128. In the state of nature, people are free to do whatever they want for their own self-preservation within the laws of nature. By this, Locke means within the bounds of morality. Unlike Hobbes, he thinks that there are moral laws in the state of nature, and he does not agree with Hobbes that there is no such thing as injustice in the state of nature. Further, in the state of nature, people are free to carry out their own punishments of people who have offended against them. Locke explains that when one enters into a political society, one gives up both these powers.

129. The power of self-preservation is handed over to society.

130. It is society that does all punishment of crimes.

131. People only give up these powers for their own personal benefit. The power of society can never go beyond what is good for the people in society. Locke then explicitly argues that this means it is wrong to govern by "extemporary decrees" and to use the force of the community for anything but keeping the rule of standing law. Here he seems to be criticizing the actions of King James II.


Locke on Toleration

The king was Roman Catholic and he tried to get privileges for Catholics and restrictions on Anglicans. Parliament was dominated by the Church of England, and imposed penalties on those who disagreed with it, including Baptists, Presbyterians, and Quakers. Locke was against all this, and wrote in favor of religious toleration. He says that the civil commonwealth is a society of men constituted only for the procuring, preserving, and advancing of their own civil interests.

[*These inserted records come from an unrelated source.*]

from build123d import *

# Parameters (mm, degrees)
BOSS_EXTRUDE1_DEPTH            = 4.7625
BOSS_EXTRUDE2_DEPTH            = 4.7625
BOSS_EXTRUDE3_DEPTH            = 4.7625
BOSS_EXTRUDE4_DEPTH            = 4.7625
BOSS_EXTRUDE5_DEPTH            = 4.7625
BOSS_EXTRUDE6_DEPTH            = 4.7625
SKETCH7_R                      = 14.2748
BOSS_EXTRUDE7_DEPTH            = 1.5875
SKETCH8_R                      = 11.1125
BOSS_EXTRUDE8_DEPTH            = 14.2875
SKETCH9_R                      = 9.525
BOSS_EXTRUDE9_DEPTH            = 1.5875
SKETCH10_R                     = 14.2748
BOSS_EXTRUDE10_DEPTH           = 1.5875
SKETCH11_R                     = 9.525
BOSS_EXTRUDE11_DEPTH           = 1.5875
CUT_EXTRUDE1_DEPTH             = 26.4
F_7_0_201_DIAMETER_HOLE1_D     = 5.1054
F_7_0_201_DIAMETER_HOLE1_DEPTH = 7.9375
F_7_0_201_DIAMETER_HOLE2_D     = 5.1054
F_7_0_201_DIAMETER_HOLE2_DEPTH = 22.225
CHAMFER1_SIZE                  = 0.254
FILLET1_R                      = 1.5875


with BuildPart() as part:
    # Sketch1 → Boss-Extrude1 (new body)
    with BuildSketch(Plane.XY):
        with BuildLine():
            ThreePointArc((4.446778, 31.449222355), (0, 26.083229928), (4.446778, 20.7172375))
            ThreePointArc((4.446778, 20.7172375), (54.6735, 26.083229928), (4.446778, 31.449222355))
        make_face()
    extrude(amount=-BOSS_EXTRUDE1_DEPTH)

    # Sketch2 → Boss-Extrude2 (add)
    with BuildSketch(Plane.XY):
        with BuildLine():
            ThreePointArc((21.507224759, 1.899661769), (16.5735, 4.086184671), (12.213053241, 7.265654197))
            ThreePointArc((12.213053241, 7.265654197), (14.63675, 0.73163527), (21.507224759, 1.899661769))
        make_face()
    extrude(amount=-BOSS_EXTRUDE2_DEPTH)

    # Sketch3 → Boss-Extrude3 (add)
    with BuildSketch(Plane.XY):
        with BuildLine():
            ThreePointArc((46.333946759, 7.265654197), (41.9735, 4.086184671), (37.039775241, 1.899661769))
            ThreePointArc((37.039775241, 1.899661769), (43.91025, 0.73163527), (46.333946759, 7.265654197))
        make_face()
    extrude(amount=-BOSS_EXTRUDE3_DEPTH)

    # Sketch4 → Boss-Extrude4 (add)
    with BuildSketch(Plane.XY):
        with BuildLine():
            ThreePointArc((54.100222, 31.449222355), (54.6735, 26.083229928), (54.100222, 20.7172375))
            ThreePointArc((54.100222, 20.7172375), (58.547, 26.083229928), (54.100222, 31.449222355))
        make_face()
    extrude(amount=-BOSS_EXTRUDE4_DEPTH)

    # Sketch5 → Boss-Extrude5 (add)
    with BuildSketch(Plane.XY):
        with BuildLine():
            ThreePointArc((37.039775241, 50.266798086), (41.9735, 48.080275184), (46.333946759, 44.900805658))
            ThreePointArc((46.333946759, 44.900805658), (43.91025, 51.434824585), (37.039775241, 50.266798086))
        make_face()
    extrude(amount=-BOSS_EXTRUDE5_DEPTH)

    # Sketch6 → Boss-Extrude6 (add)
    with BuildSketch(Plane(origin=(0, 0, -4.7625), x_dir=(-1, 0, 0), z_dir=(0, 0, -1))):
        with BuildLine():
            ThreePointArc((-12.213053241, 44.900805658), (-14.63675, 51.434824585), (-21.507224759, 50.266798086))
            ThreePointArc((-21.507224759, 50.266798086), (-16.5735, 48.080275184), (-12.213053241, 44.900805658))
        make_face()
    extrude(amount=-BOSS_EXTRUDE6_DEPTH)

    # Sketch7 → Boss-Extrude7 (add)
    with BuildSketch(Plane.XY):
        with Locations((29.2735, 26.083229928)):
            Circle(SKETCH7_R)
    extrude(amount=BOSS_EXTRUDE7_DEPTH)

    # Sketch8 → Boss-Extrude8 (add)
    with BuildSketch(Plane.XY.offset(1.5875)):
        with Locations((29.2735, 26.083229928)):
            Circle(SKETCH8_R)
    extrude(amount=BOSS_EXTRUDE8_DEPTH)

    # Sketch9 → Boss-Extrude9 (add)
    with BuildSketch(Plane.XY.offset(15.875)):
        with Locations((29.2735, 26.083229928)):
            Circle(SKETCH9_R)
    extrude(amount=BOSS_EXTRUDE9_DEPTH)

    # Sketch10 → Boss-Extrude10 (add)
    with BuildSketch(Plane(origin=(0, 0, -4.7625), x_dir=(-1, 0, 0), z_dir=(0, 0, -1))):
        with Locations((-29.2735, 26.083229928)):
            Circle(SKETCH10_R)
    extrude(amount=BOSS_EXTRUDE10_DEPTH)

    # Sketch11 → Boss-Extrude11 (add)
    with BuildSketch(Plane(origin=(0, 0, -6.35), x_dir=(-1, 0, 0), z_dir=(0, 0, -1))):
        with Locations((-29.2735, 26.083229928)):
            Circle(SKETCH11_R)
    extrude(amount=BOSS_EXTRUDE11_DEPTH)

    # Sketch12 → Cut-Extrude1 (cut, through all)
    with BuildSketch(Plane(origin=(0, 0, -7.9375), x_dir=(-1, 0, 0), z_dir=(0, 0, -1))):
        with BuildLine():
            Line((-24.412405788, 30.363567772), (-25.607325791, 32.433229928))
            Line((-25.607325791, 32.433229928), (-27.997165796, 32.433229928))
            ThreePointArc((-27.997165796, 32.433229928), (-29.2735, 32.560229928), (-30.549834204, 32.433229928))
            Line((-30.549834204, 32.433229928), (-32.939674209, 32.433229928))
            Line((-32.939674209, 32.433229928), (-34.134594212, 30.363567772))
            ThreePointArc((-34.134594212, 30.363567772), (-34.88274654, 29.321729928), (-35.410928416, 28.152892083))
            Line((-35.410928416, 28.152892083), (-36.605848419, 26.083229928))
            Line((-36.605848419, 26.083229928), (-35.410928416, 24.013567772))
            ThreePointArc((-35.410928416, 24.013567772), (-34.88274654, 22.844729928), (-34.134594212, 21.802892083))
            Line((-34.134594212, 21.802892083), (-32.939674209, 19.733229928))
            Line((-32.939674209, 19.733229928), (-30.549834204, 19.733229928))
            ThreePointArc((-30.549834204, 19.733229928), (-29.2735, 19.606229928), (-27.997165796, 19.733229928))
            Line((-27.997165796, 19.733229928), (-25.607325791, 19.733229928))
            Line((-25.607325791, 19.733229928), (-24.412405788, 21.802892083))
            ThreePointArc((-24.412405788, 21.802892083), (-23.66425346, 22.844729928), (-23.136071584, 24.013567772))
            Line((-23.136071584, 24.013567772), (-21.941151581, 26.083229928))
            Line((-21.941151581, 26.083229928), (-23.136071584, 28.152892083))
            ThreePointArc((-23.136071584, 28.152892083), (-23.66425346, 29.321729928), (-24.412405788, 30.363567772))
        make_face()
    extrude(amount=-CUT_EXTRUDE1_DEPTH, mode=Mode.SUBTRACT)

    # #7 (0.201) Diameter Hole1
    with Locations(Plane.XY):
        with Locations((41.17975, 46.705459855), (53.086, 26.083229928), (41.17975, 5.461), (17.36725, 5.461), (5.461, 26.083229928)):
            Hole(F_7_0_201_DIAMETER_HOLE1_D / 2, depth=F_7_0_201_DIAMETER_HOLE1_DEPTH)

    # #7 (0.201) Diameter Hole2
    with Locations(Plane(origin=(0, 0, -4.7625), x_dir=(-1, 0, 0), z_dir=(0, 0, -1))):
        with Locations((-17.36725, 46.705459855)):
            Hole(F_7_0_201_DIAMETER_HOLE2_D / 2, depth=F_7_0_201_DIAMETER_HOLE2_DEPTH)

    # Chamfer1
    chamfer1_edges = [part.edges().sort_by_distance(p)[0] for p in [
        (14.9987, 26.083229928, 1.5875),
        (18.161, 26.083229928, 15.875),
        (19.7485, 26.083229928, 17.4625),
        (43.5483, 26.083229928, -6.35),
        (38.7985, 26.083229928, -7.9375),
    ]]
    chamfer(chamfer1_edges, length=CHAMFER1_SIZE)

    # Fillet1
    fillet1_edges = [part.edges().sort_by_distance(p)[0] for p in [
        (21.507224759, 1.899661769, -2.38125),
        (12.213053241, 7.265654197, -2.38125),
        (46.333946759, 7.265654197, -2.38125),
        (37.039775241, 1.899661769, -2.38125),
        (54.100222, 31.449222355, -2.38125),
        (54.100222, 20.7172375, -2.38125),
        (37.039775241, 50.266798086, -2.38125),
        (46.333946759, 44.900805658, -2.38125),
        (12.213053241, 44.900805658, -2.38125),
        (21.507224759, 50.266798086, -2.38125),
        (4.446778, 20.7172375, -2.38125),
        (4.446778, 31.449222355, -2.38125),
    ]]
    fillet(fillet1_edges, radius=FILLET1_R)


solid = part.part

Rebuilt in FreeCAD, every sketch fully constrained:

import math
import FreeCAD as App
import Part
import Sketcher
Q = App.Units.Quantity


def edges_at(feature, points):
    """Names of the edges that pass closest to the given points."""
    edges = feature.Shape.Edges
    near = lambda p: min(range(len(edges)), key=lambda i: edges[i].distToShape(Part.Vertex(*p))[0])
    return sorted({f"Edge{near(p) + 1}" for p in points})

doc = App.newDocument("Part")
body = doc.addObject("PartDesign::Body", "Body")

# Sketch on XY plane
sketch1 = doc.addObject("Sketcher::SketchObject", "Sketch")
body.addObject(sketch1)
sketch1.AttachmentSupport = (doc.XY_Plane, [""])
sketch1.MapMode = "FlatFace"
sketch1.addGeometry([
    Part.ArcOfCircle(Part.Circle(App.Vector(5, 26, 0), App.Vector(0, 0, 1), 5), math.radians(101), math.radians(259)),
    Part.ArcOfCircle(Part.Circle(App.Vector(29, 26, 0), App.Vector(0, 0, 1), 25), math.radians(-168), math.radians(168)),
], False)
sketch1.addConstraint([
    Sketcher.Constraint("Coincident", 0, 1, 1, 2),
    Sketcher.Constraint("Coincident", 1, 1, 0, 2),
    Sketcher.Constraint("Horizontal", 0, 3, 1, 3),
    Sketcher.Constraint("Radius", 1, Q("1 in")),
    Sketcher.Constraint("Radius", 0, Q("0.215 in")),
    Sketcher.Constraint("DistanceX", -1, 1, 0, 3, Q("0.215 in")),
    Sketcher.Constraint("DistanceX", 0, 3, 1, 3, Q("0.9375 in")),
    Sketcher.Constraint("DistanceY", -1, 1, 0, 3, 26.08323),
])
pad1 = doc.addObject("PartDesign::Pad", "Pad")
body.addObject(pad1)
pad1.Profile = sketch1
pad1.Length = Q("0.1875 in")
pad1.Reversed = True

# Sketch on XY plane
sketch2 = doc.addObject("Sketcher::SketchObject", "Sketch001")
body.addObject(sketch2)
sketch2.AttachmentSupport = (doc.XY_Plane, [""])
sketch2.MapMode = "FlatFace"
sketch2.addGeometry([
    Part.ArcOfCircle(Part.Circle(App.Vector(29, 26, 0), App.Vector(0, 0, 1), 25), math.radians(-132), math.radians(-108)),
    Part.ArcOfCircle(Part.Circle(App.Vector(17, 5, 0), App.Vector(0, 0, 1), 5), math.radians(161), math.radians(319)),
], False)
sketch2.addConstraint([
    Sketcher.Constraint("Coincident", 0, 1, 1, 1),
    Sketcher.Constraint("Coincident", 1, 2, 0, 2),
    Sketcher.Constraint("Radius", 0, Q("1 in")),
    Sketcher.Constraint("Radius", 1, Q("0.215 in")),
    Sketcher.Constraint("DistanceY", -1, 1, 1, 3, Q("0.215 in")),
    Sketcher.Constraint("DistanceX", 1, 3, 0, 3, Q("0.46875 in")),
    Sketcher.Constraint("DistanceX", -1, 1, 0, 3, Q("1.1525 in")),
    Sketcher.Constraint("DistanceY", -1, 1, 0, 3, 26.08323),
])
pad2 = doc.addObject("PartDesign::Pad", "Pad001")
body.addObject(pad2)
pad2.Profile = sketch2
pad2.Length = Q("0.1875 in")
pad2.Reversed = True

# Sketch on XY plane
sketch3 = doc.addObject("Sketcher::SketchObject", "Sketch002")
body.addObject(sketch3)
sketch3.AttachmentSupport = (doc.XY_Plane, [""])
sketch3.MapMode = "FlatFace"
sketch3.addGeometry([
    Part.ArcOfCircle(Part.Circle(App.Vector(29, 26, 0), App.Vector(0, 0, 1), 25), math.radians(-72), math.radians(-48)),
    Part.ArcOfCircle(Part.Circle(App.Vector(41, 5, 0), App.Vector(0, 0, 1), 5), math.radians(-139), math.radians(19)),
], False)
sketch3.addConstraint([
    Sketcher.Constraint("Coincident", 0, 1, 1, 1),
    Sketcher.Constraint("Coincident", 1, 2, 0, 2),
    Sketcher.Constraint("Radius", 0, Q("1 in")),
    Sketcher.Constraint("Radius", 1, Q("0.215 in")),
    Sketcher.Constraint("DistanceY", -1, 1, 1, 3, Q("0.215 in")),
    Sketcher.Constraint("DistanceX", 0, 3, 1, 3, Q("0.46875 in")),
    Sketcher.Constraint("DistanceX", -1, 1, 0, 3, Q("1.1525 in")),
    Sketcher.Constraint("DistanceY", -1, 1, 0, 3, 26.08323),
])
pad3 = doc.addObject("PartDesign::Pad", "Pad002")
body.addObject(pad3)
pad3.Profile = sketch3
pad3.Length = Q("0.1875 in")
pad3.Reversed = True

# Sketch on XY plane
sketch4 = doc.addObject("Sketcher::SketchObject", "Sketch003")
body.addObject(sketch4)
sketch4.AttachmentSupport = (doc.XY_Plane, [""])
sketch4.MapMode = "FlatFace"
sketch4.addGeometry([
    Part.ArcOfCircle(Part.Circle(App.Vector(29, 26, 0), App.Vector(0, 0, 1), 25), math.radians(-12), math.radians(12)),
    Part.ArcOfCircle(Part.Circle(App.Vector(53, 26, 0), App.Vector(0, 0, 1), 5), math.radians(-79), math.radians(79)),
], False)
sketch4.addConstraint([
    Sketcher.Constraint("Coincident", 0, 1, 1, 1),
    Sketcher.Constraint("Coincident", 1, 2, 0, 2),
    Sketcher.Constraint("Horizontal", 0, 3, 1, 3),
    Sketcher.Constraint("Radius", 0, Q("1 in")),
    Sketcher.Constraint("Radius", 1, Q("0.215 in")),
    Sketcher.Constraint("DistanceX", -1, 1, 1, 3, Q("2.09 in")),
    Sketcher.Constraint("DistanceX", 0, 3, 1, 3, Q("0.9375 in")),
    Sketcher.Constraint("DistanceY", -1, 1, 0, 3, 26.08323),
])
pad4 = doc.addObject("PartDesign::Pad", "Pad003")
body.addObject(pad4)
pad4.Profile = sketch4
pad4.Length = Q("0.1875 in")
pad4.Reversed = True

# Sketch on XY plane
sketch5 = doc.addObject("Sketcher::SketchObject", "Sketch004")
body.addObject(sketch5)
sketch5.AttachmentSupport = (doc.XY_Plane, [""])
sketch5.MapMode = "FlatFace"
sketch5.addGeometry([
    Part.ArcOfCircle(Part.Circle(App.Vector(29, 26, 0), App.Vector(0, 0, 1), 25), math.radians(48), math.radians(72)),
    Part.ArcOfCircle(Part.Circle(App.Vector(41, 47, 0), App.Vector(0, 0, 1), 5), math.radians(-19), math.radians(139)),
], False)
sketch5.addConstraint([
    Sketcher.Constraint("Coincident", 0, 1, 1, 1),
    Sketcher.Constraint("Coincident", 1, 2, 0, 2),
    Sketcher.Constraint("Radius", 0, Q("1 in")),
    Sketcher.Constraint("Radius", 1, Q("0.215 in")),
    Sketcher.Constraint("DistanceX", 0, 3, 1, 3, Q("0.46875 in")),
    Sketcher.Constraint("DistanceX", -1, 1, 0, 3, Q("1.1525 in")),
    Sketcher.Constraint("DistanceY", -1, 1, 1, 2, 50.266798),
    Sketcher.Constraint("DistanceY", -1, 1, 0, 3, 26.08323),
])
pad5 = doc.addObject("PartDesign::Pad", "Pad004")
body.addObject(pad5)
pad5.Profile = sketch5
pad5.Length = Q("0.1875 in")
pad5.Reversed = True

# Sketch on XY plane
sketch6 = doc.addObject("Sketcher::SketchObject", "Sketch005")
body.addObject(sketch6)
sketch6.AttachmentSupport = (doc.XY_Plane, [""])
sketch6.MapMode = "FlatFace"
sketch6.AttachmentOffset = App.Placement(App.Vector(0, 0, -0.1875 * 25.4), App.Rotation())
sketch6.addGeometry([
    Part.ArcOfCircle(Part.Circle(App.Vector(17, 47, 0), App.Vector(0, 0, 1), 5), math.radians(41), math.radians(199)),
    Part.ArcOfCircle(Part.Circle(App.Vector(29, 26, 0), App.Vector(0, 0, 1), 25), math.radians(108), math.radians(132)),
], False)
sketch6.addConstraint([
    Sketcher.Constraint("Coincident", 0, 1, 1, 1),
    Sketcher.Constraint("Coincident", 1, 2, 0, 2),
    Sketcher.Constraint("Radius", 1, Q("1 in")),
    Sketcher.Constraint("Radius", 0, Q("0.215 in")),
    Sketcher.Constraint("DistanceX", 0, 3, 1, 3, Q("0.46875 in")),
    Sketcher.Constraint("DistanceX", -1, 1, 1, 3, Q("1.1525 in")),
    Sketcher.Constraint("DistanceY", -1, 1, 0, 1, 50.266798),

Civil interests I call life, liberty, health, and indolence of body; and as the possession of outward things like money, lands, houses, furniture, and the like.

It is the duty of the civil magistrate, by the impartial execution of equal laws, to secure unto the people in general, and to every one of his subjects in particular, the just possession of these things belonging to this life. (Toleration, p. 26)

A church, on the other hand, is a voluntary society of men, joining themselves together of their own accord, in order to the public worshipping of God, in such a manner as they judge acceptable to him, and effectual to the salvation of their souls. (Toleration, p. 28) He goes on to say, The boundaries of both sides are fixed and immovable. He jumbles heaven and earth together, the things most remote and opposite, who mixes these two societies; which are not in their original, end, business, and in every thing, perfectly distinct, and infinitely different from each other. (Toleration, p. 33)

The care of every man’s soul belongs unto himself, and is to be left unto himself. (Toleration, p. 35)

In reply to those who argue that if the government allows religious dissent, there will be rebellion of the people, Locke replies that the rebellion is caused by the initial discrimination against certain religions. If there was tolerance in the first place, there would be no cause for rebellion. It is not the diversity of opinions, (which cannot be avoided) but the refusal of toleration to those that are of different opinions, (which might have been granted) that has produced all the bustles and wars, that have been in the Christian world, upon account of religion. (Toleration, p. 55). Locke’s writing on this subject had a major influence in promoting religious toleration, which we now take so much for granted.